①PKAによるリン酸化を介したSETXの機能調節機構の解明:(非)リン酸化型SETX KIマウスを用いた検討から、PKAによるSETXのリン酸化は糖新生系酵素の遺伝子発現と血糖の恒常性維持に不可欠であることが明らかになった。今後、各マウスから単離した肝細胞において、PKAによるリン酸化、SETXの機能と糖新生系酵素遺伝子の転写誘導との直接的な関係性を明らかにする。また、SETXによる肝糖新生、肝がん形成の促進と慢性的なグルカゴンシグナルの亢進の因果関係を明らかにするために、肝臓特異的グルカゴン受容体欠損マウスを用いた検証も行う。②GCN5の機能調節を介したSETXの肝糖新生制御機構の解明:SETXによるメチル化部位として見いだしたリジン残基をアルギニンに置換した非メチル化型変異体GCN5KRを用いた初代培養肝細胞における検討から、糖新生系酵素遺伝子の転写誘導に際し、SETXによるGCN5のリン酸化は必須であり、リン酸化が活性を制御することが示唆された。個体レベルにおける評価のため、GCN5KR KIマウスを作製し、野生型との比較解析によるメチル化の意義を検討する。

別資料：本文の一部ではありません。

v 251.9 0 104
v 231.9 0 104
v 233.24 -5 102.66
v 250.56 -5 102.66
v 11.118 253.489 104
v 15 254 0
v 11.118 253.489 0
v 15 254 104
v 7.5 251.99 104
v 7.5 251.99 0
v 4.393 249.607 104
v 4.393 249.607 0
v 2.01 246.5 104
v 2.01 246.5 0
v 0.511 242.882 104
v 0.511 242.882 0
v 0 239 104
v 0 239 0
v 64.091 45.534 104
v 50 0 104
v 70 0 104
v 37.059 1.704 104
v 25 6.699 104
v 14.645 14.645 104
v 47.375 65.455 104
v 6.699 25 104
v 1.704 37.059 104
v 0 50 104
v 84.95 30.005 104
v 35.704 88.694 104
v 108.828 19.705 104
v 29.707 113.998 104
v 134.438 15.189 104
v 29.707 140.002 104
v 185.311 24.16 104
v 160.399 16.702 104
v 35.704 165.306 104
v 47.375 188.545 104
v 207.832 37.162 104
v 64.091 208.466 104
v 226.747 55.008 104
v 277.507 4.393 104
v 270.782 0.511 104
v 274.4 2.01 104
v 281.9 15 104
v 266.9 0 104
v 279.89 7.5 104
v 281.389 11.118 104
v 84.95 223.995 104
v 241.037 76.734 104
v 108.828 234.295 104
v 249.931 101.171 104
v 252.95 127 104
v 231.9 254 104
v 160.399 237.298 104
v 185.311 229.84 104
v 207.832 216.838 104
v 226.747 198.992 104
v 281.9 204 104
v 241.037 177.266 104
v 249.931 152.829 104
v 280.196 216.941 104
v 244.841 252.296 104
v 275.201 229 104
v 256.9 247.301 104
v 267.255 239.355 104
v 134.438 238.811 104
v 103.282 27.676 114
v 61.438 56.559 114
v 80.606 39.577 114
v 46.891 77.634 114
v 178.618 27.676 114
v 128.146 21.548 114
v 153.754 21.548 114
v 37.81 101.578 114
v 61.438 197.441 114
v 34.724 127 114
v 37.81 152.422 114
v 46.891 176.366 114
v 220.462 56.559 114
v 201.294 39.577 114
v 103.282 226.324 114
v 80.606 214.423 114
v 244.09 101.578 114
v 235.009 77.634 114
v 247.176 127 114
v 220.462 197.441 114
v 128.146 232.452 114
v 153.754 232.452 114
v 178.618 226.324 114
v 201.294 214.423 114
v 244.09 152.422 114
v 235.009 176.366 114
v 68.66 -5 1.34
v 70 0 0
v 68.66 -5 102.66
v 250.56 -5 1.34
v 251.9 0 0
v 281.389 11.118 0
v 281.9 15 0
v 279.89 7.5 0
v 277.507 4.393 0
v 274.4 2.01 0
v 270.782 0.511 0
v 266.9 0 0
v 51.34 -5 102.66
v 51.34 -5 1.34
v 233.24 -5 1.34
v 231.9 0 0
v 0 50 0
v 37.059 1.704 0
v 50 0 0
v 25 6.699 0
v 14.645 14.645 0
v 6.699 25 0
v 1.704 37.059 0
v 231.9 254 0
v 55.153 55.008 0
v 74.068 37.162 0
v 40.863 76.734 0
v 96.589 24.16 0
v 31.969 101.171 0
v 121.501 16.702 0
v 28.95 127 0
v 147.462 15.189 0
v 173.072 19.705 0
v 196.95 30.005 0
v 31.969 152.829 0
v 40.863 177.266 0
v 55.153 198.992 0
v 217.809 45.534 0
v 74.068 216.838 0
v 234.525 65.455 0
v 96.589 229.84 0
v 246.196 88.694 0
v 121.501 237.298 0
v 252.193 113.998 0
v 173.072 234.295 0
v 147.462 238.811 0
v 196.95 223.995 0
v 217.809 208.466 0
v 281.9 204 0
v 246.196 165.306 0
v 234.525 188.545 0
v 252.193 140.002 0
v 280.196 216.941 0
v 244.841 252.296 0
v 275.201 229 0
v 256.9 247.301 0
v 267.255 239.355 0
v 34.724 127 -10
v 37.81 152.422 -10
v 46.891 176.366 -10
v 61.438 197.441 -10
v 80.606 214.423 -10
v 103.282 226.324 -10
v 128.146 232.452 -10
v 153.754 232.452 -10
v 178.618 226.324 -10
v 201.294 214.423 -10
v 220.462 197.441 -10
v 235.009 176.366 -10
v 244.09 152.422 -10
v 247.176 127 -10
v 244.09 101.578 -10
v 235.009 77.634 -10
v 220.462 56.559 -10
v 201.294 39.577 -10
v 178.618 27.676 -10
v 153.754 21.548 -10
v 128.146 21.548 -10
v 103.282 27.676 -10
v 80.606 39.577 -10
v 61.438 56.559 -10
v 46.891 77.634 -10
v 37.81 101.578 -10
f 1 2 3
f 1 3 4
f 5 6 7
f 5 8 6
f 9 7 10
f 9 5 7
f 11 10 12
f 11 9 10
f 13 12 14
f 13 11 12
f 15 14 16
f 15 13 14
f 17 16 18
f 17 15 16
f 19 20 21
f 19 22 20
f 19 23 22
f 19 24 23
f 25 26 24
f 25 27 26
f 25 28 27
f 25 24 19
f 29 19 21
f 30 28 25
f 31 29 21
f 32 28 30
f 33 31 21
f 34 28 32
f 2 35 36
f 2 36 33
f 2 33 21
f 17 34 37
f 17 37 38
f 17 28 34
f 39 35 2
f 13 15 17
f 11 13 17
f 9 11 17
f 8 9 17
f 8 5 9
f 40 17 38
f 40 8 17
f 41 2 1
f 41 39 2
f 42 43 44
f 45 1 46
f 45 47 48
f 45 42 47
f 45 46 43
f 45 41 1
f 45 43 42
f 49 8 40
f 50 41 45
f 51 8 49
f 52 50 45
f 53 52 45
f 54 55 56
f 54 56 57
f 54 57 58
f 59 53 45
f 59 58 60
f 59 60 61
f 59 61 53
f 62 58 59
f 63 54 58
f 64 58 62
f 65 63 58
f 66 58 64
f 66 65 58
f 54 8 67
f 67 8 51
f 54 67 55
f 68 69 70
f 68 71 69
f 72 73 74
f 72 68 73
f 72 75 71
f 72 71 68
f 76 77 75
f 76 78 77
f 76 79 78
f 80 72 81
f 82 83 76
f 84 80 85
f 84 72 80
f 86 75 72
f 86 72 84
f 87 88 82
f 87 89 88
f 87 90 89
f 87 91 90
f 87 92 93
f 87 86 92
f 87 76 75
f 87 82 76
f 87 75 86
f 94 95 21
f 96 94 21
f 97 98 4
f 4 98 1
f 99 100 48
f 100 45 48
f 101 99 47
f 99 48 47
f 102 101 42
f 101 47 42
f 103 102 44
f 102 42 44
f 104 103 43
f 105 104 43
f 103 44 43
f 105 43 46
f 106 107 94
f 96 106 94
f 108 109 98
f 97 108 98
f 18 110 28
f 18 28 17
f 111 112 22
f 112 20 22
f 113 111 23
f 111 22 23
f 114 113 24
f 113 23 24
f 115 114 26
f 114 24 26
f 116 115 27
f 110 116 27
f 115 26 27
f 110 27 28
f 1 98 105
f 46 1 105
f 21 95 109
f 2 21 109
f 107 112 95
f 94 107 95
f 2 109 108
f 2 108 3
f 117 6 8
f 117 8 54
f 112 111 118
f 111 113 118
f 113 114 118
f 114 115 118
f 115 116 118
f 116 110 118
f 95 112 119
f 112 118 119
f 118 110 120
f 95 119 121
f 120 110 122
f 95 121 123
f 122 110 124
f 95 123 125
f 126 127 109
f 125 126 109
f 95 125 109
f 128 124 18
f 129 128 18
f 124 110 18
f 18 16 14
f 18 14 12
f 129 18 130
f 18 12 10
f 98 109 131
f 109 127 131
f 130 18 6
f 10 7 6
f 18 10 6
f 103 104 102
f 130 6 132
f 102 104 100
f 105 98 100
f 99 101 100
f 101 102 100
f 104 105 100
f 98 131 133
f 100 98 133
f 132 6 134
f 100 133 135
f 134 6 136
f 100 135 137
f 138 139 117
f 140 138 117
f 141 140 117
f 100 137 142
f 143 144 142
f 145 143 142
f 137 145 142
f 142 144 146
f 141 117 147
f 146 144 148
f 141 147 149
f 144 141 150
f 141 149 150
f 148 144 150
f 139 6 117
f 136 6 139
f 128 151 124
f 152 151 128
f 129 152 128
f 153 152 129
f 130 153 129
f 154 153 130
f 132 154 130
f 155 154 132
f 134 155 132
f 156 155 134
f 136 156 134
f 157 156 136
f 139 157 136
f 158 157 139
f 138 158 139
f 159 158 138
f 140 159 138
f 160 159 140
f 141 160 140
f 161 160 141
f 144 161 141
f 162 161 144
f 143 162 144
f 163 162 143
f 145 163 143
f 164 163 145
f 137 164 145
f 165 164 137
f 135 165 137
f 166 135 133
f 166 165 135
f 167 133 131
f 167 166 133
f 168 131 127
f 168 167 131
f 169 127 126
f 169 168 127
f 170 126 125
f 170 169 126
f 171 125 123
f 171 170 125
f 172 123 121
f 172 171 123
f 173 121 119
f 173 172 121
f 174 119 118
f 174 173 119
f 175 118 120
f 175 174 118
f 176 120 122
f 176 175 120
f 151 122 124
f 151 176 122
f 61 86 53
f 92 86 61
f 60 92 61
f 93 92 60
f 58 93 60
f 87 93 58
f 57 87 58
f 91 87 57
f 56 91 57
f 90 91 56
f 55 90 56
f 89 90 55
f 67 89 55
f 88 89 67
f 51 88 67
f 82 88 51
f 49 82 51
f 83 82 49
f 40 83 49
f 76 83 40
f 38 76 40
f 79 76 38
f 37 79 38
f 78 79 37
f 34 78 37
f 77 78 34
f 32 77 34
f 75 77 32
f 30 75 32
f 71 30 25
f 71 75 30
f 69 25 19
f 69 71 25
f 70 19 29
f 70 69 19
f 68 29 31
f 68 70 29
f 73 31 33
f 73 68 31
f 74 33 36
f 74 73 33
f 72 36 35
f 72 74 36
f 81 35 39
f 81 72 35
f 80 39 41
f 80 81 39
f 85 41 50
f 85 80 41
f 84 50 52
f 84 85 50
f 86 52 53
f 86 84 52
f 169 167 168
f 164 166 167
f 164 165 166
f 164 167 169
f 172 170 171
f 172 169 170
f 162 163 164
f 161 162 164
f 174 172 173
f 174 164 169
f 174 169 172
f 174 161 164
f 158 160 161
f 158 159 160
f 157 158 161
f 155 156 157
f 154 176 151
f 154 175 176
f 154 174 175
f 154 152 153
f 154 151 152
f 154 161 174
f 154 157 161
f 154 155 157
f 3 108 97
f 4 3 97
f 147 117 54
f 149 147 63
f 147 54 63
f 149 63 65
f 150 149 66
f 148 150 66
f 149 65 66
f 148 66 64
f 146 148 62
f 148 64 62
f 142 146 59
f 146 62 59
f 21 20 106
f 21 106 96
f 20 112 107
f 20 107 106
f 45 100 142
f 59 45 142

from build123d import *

# Parameters (mm, degrees)
SKETCH1_W                     = 281.9
SKETCH1_H                     = 254
BOSS_EXTRUDE1_DEPTH           = 104
SKETCH3_R                     = 112
BOSS_EXTRUDE3_DEPTH           = 10
BOSS_EXTRUDE3_TAPER           = 30
SKETCH5_R                     = 112
BOSS_EXTRUDE5_DEPTH           = 10
BOSS_EXTRUDE5_TAPER           = 30
FILLET5_R                     = 50
FILLET7_R                     = 15
FILLET8_R                     = 15
FILLET9_R                     = 50
SKETCH6_W                     = 20
SKETCH6_H                     = 104
BOSS_EXTRUDE7_DEPTH           = 5
BOSS_EXTRUDE7_DRAFT           = 15
BOSS_EXTRUDE7_PROFILE_2_DEPTH = 5
BOSS_EXTRUDE7_PROFILE_2_DRAFT = 15


with BuildPart() as part:
    # Sketch1 → Boss-Extrude1 (new body)
    with BuildSketch(Plane.XY):
        with Locations((140.95, 127)):
            Rectangle(SKETCH1_W, SKETCH1_H)
    extrude(amount=BOSS_EXTRUDE1_DEPTH)

    # Sketch3 → Boss-Extrude3 (add)
    with BuildSketch(Plane.XY.offset(104)):
        with Locations((140.95, 127)):
            Circle(SKETCH3_R)
    extrude(amount=BOSS_EXTRUDE3_DEPTH, taper=BOSS_EXTRUDE3_TAPER)

    # Sketch5 → Boss-Extrude5 (add)
    with BuildSketch(Plane(origin=(0, 0, 0), x_dir=(-1, 0, 0), z_dir=(0, 0, -1))):
        with Locations((-140.95, 127)):
            Circle(SKETCH5_R)
    extrude(amount=BOSS_EXTRUDE5_DEPTH, taper=BOSS_EXTRUDE5_TAPER)

    # Fillet5
    fillet5_edges = [part.edges().sort_by_distance(p)[0] for p in [
        (281.9, 254, 52),
    ]]
    fillet(fillet5_edges, radius=FILLET5_R)

    # Fillet7
    fillet7_edges = [part.edges().sort_by_distance(p)[0] for p in [
        (0, 254, 52),
    ]]
    fillet(fillet7_edges, radius=FILLET7_R)

    # Fillet8
    fillet8_edges = [part.edges().sort_by_distance(p)[0] for p in [
        (281.9, 0, 52),
    ]]
    fillet(fillet8_edges, radius=FILLET8_R)

    # Fillet9
    fillet9_edges = [part.edges().sort_by_distance(p)[0] for p in [
        (0, 0, 52),
    ]]
    fillet(fillet9_edges, radius=FILLET9_R)


with BuildPart() as boss_extrude7_tool:
    # Sketch6 → Boss-Extrude7 (with draft: the straight prism first)
    with BuildSketch(Plane.XZ):
        with Locations((241.9, 52)):
            Rectangle(SKETCH6_W, SKETCH6_H)
    extrude(amount=BOSS_EXTRUDE7_DEPTH)
    # Boss-Extrude7: the draft: its side faces are tilted about the plane it starts from
    boss_extrude7_sides = [boss_extrude7_tool.faces().sort_by_distance(p)[0] for p in [
        (241.9, -2.5, 104),
        (231.9, -2.5, 52),
        (241.9, -2.5, 0),
        (251.9, -2.5, 52),
    ]]
    draft(boss_extrude7_sides, Plane.XZ, BOSS_EXTRUDE7_DRAFT)


with BuildPart() as part_1:
    add(part.part)

    # Boss-Extrude7: add boss_extrude7_tool
    add(boss_extrude7_tool.part)


with BuildPart() as boss_extrude7_profile_2_tool:
    # Sketch6 → Boss-Extrude7 profile 2 (with draft: the straight prism first)
    with BuildSketch(Plane.XZ):
        with Locations((60, 52)):
            Rectangle(SKETCH6_W, SKETCH6_H)
    extrude(amount=BOSS_EXTRUDE7_PROFILE_2_DEPTH)
    # Boss-Extrude7 profile 2: the draft: its side faces are tilted about the plane it starts from
    boss_extrude7_profile_2_sides = [boss_extrude7_profile_2_tool.faces().sort_by_distance(p)[0] for p in [
        (50, -2.5, 52),
        (60, -2.5, 0),
        (70, -2.5, 52),
        (60, -2.5, 104),
    ]]
    draft(boss_extrude7_profile_2_sides, Plane.XZ, BOSS_EXTRUDE7_PROFILE_2_DRAFT)


with BuildPart() as part_2:
    add(part_1.part)

    # Boss-Extrude7 profile 2: add boss_extrude7_profile_2_tool
    add(boss_extrude7_profile_2_tool.part)


solid = part_2.part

③がん抑制遺伝子産物p53を介したSETXの腫瘍形成促進機構の解明:これまでの検討からp53はSETXのメチル化基質であること、メチル化されない変異p53 (p53 KR)ではp53の転写活性が高まること、SETXによる肝がん促進作用の少なくとも一部はメチル化を介したp53の抑制である可能性が示唆された。今後はp53 KRホモKIマウスならびに対照マウスにおいて肝がんを誘導し、p53 KR変異による抗がん効果について検討する。④SETXを標的とした肝がん治療の可能性の検証:タモキシフェン誘導性に肝臓特異的にSETXを欠損するマウスに肝がんを誘導し、発育したがんを確認した時点でSETXの欠損を誘導し影響を検討する。